= How to complete this task =
Repeat each entry in the data, exactly.

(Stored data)
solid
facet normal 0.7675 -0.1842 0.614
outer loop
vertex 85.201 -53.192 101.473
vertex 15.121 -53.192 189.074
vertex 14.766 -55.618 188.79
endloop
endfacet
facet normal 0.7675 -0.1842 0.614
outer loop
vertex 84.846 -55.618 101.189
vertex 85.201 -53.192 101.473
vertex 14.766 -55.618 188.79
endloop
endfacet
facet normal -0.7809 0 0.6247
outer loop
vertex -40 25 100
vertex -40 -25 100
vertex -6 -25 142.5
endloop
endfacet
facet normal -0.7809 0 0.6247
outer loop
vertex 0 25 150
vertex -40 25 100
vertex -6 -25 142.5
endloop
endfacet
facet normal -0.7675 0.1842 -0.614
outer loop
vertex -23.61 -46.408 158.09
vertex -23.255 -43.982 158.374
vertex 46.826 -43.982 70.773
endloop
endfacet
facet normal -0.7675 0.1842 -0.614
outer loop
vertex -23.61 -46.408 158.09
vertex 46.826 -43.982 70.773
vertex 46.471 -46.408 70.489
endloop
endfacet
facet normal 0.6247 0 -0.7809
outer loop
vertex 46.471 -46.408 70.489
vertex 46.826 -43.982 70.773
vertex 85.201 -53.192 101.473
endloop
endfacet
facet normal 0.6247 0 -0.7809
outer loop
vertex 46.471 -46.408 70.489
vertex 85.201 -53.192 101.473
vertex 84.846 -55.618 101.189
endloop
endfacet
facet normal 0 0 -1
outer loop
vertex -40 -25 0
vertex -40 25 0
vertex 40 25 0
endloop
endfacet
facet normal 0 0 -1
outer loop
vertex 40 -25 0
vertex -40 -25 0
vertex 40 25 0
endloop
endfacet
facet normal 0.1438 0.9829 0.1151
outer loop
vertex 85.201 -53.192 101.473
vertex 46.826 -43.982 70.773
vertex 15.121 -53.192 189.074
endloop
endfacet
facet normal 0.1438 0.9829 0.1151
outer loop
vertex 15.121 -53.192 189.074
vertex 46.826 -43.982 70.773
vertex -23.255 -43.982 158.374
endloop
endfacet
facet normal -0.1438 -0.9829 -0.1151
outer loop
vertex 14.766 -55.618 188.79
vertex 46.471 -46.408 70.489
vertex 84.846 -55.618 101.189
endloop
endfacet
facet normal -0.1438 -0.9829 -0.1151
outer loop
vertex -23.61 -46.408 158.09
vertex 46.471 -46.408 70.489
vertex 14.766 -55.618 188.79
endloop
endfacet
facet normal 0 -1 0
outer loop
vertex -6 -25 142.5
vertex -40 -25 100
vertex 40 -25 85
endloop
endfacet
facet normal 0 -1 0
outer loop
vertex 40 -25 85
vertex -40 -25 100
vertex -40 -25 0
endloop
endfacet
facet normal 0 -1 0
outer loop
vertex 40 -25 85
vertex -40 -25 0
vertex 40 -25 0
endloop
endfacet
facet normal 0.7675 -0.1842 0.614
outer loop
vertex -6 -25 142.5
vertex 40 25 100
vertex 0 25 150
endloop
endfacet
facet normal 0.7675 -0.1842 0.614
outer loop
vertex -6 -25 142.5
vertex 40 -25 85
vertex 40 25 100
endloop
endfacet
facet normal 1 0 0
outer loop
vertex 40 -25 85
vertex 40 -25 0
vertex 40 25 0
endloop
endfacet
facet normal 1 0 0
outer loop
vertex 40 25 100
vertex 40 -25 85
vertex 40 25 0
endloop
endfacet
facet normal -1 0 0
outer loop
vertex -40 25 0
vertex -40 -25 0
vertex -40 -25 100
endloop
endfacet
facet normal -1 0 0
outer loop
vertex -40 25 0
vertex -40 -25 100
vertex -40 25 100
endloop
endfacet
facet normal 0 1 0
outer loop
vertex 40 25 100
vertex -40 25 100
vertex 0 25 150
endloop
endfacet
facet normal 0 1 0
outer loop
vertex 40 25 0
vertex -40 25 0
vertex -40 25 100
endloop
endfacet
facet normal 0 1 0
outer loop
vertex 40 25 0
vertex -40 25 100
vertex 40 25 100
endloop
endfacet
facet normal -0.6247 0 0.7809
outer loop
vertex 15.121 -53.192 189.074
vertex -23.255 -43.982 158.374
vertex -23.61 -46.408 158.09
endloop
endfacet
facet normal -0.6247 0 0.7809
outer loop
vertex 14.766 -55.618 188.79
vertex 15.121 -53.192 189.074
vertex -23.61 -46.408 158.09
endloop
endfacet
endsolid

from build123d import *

# Parameters (mm, degrees)
F0_W     = 80
F0_H     = 50
F1_DEPTH = 150
F3_DEPTH = 50
F6_W     = 2.4683438241
F6_H     = 112.18418926
F7_DEPTH = 50
F8_DEPTH = 100


with BuildPart() as f1:
    # F0 (on Top) → F1 (new body)
    with BuildSketch(Plane.XY):
        Rectangle(F0_W, F0_H)
    extrude(amount=F1_DEPTH)

    # F2 (on face) → F3 (cut, through all)
    with BuildSketch(Plane.XZ.offset(25)):
        Polygon((-40, 150), (-40, 100), (0, 150), align=None)
    extrude(amount=-F3_DEPTH, mode=Mode.SUBTRACT)



with BuildPart() as f7:
    # F6 (on 3pt) → F7 (new body)
    with BuildSketch(Plane(origin=(67.1536286522, -16.1168708765, 53.7229029218), x_dir=(-0.1438373372, -0.9828884705, -0.1150698697), z_dir=(-0.7675069498, 0.184201668, -0.6140055598))):
        with Locations((29.5846741647, 82.1041800082)):
            Rectangle(F6_W, F6_H)
    extrude(amount=-F7_DEPTH)


with BuildPart() as f1_1:
    add(f1.part)
    # F8 (cut): a face of the model
    f8_faces = [f7.part.faces().sort_by_distance(p)[0] for p in [
        (30.9733670118, -48.5872943735, 129.9233466104),
    ]]
    extrude(f8_faces, amount=F8_DEPTH, mode=Mode.SUBTRACT)


solid = Compound([f7.part, f1_1.part])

= Answer area =
solid
facet normal 0.7675 -0.1842 0.614
outer loop
vertex 85.201 -53.192 101.473
vertex 15.121 -53.192 189.074
vertex 14.766 -55.618 188.79
endloop
endfacet
facet normal 0.7675 -0.1842 0.614
outer loop
vertex 84.846 -55.618 101.189
vertex 85.201 -53.192 101.473
vertex 14.766 -55.618 188.79
endloop
endfacet
facet normal -0.7809 0 0.6247
outer loop
vertex -40 25 100
vertex -40 -25 100
vertex -6 -25 142.5
endloop
endfacet
facet normal -0.7809 0 0.6247
outer loop
vertex 0 25 150
vertex -40 25 100
vertex -6 -25 142.5
endloop
endfacet
facet normal -0.7675 0.1842 -0.614
outer loop
vertex -23.61 -46.408 158.09
vertex -23.255 -43.982 158.374
vertex 46.826 -43.982 70.773
endloop
endfacet
facet normal -0.7675 0.1842 -0.614
outer loop
vertex -23.61 -46.408 158.09
vertex 46.826 -43.982 70.773
vertex 46.471 -46.408 70.489
endloop
endfacet
facet normal 0.6247 0 -0.7809
outer loop
vertex 46.471 -46.408 70.489
vertex 46.826 -43.982 70.773
vertex 85.201 -53.192 101.473
endloop
endfacet
facet normal 0.6247 0 -0.7809
outer loop
vertex 46.471 -46.408 70.489
vertex 85.201 -53.192 101.473
vertex 84.846 -55.618 101.189
endloop
endfacet
facet normal 0 0 -1
outer loop
vertex -40 -25 0
vertex -40 25 0
vertex 40 25 0
endloop
endfacet
facet normal 0 0 -1
outer loop
vertex 40 -25 0
vertex -40 -25 0
vertex 40 25 0
endloop
endfacet
facet normal 0.1438 0.9829 0.1151
outer loop
vertex 85.201 -53.192 101.473
vertex 46.826 -43.982 70.773
vertex 15.121 -53.192 189.074
endloop
endfacet
facet normal 0.1438 0.9829 0.1151
outer loop
vertex 15.121 -53.192 189.074
vertex 46.826 -43.982 70.773
vertex -23.255 -43.982 158.374
endloop
endfacet
facet normal -0.1438 -0.9829 -0.1151
outer loop
vertex 14.766 -55.618 188.79
vertex 46.471 -46.408 70.489
vertex 84.846 -55.618 101.189
endloop
endfacet
facet normal -0.1438 -0.9829 -0.1151
outer loop
vertex -23.61 -46.408 158.09
vertex 46.471 -46.408 70.489
vertex 14.766 -55.618 188.79
endloop
endfacet
facet normal 0 -1 0
outer loop
vertex -6 -25 142.5
vertex -40 -25 100
vertex 40 -25 85
endloop
endfacet
facet normal 0 -1 0
outer loop
vertex 40 -25 85
vertex -40 -25 100
vertex -40 -25 0
endloop
endfacet
facet normal 0 -1 0
outer loop
vertex 40 -25 85
vertex -40 -25 0
vertex 40 -25 0
endloop
endfacet
facet normal 0.7675 -0.1842 0.614
outer loop
vertex -6 -25 142.5
vertex 40 25 100
vertex 0 25 150
endloop
endfacet
facet normal 0.7675 -0.1842 0.614
outer loop
vertex -6 -25 142.5
vertex 40 -25 85
vertex 40 25 100
endloop
endfacet
facet normal 1 0 0
outer loop
vertex 40 -25 85
vertex 40 -25 0
vertex 40 25 0
endloop
endfacet
facet normal 1 0 0
outer loop
vertex 40 25 100
vertex 40 -25 85
vertex 40 25 0
endloop
endfacet
facet normal -1 0 0
outer loop
vertex -40 25 0
vertex -40 -25 0
vertex -40 -25 100
endloop
endfacet
facet normal -1 0 0
outer loop
vertex -40 25 0
vertex -40 -25 100
vertex -40 25 100
endloop
endfacet
facet normal 0 1 0
outer loop
vertex 40 25 100
vertex -40 25 100
vertex 0 25 150
endloop
endfacet
facet normal 0 1 0
outer loop
vertex 40 25 0
vertex -40 25 0
vertex -40 25 100
endloop
endfacet
facet normal 0 1 0
outer loop
vertex 40 25 0
vertex -40 25 100
vertex 40 25 100
endloop
endfacet
facet normal -0.6247 0 0.7809
outer loop
vertex 15.121 -53.192 189.074
vertex -23.255 -43.982 158.374
vertex -23.61 -46.408 158.09
endloop
endfacet
facet normal -0.6247 0 0.7809
outer loop
vertex 14.766 -55.618 188.79
vertex 15.121 -53.192 189.074
vertex -23.61 -46.408 158.09
endloop
endfacet
endsolid

from build123d import *

# Parameters (mm, degrees)
F0_W     = 80
F0_H     = 50
F1_DEPTH = 150
F3_DEPTH = 50
F6_W     = 2.4683438241
F6_H     = 112.18418926
F7_DEPTH = 50
F8_DEPTH = 100


with BuildPart() as f1:
    # F0 (on Top) → F1 (new body)
    with BuildSketch(Plane.XY):
        Rectangle(F0_W, F0_H)
    extrude(amount=F1_DEPTH)

    # F2 (on face) → F3 (cut, through all)
    with BuildSketch(Plane.XZ.offset(25)):
        Polygon((-40, 150), (-40, 100), (0, 150), align=None)
    extrude(amount=-F3_DEPTH, mode=Mode.SUBTRACT)



with BuildPart() as f7:
    # F6 (on 3pt) → F7 (new body)
    with BuildSketch(Plane(origin=(67.1536286522, -16.1168708765, 53.7229029218), x_dir=(-0.1438373372, -0.9828884705, -0.1150698697), z_dir=(-0.7675069498, 0.184201668, -0.6140055598))):
        with Locations((29.5846741647, 82.1041800082)):
            Rectangle(F6_W, F6_H)
    extrude(amount=-F7_DEPTH)


with BuildPart() as f1_1:
    add(f1.part)
    # F8 (cut): a face of the model
    f8_faces = [f7.part.faces().sort_by_distance(p)[0] for p in [
        (30.9733670118, -48.5872943735, 129.9233466104),
    ]]
    extrude(f8_faces, amount=F8_DEPTH, mode=Mode.SUBTRACT)


solid = Compound([f7.part, f1_1.part])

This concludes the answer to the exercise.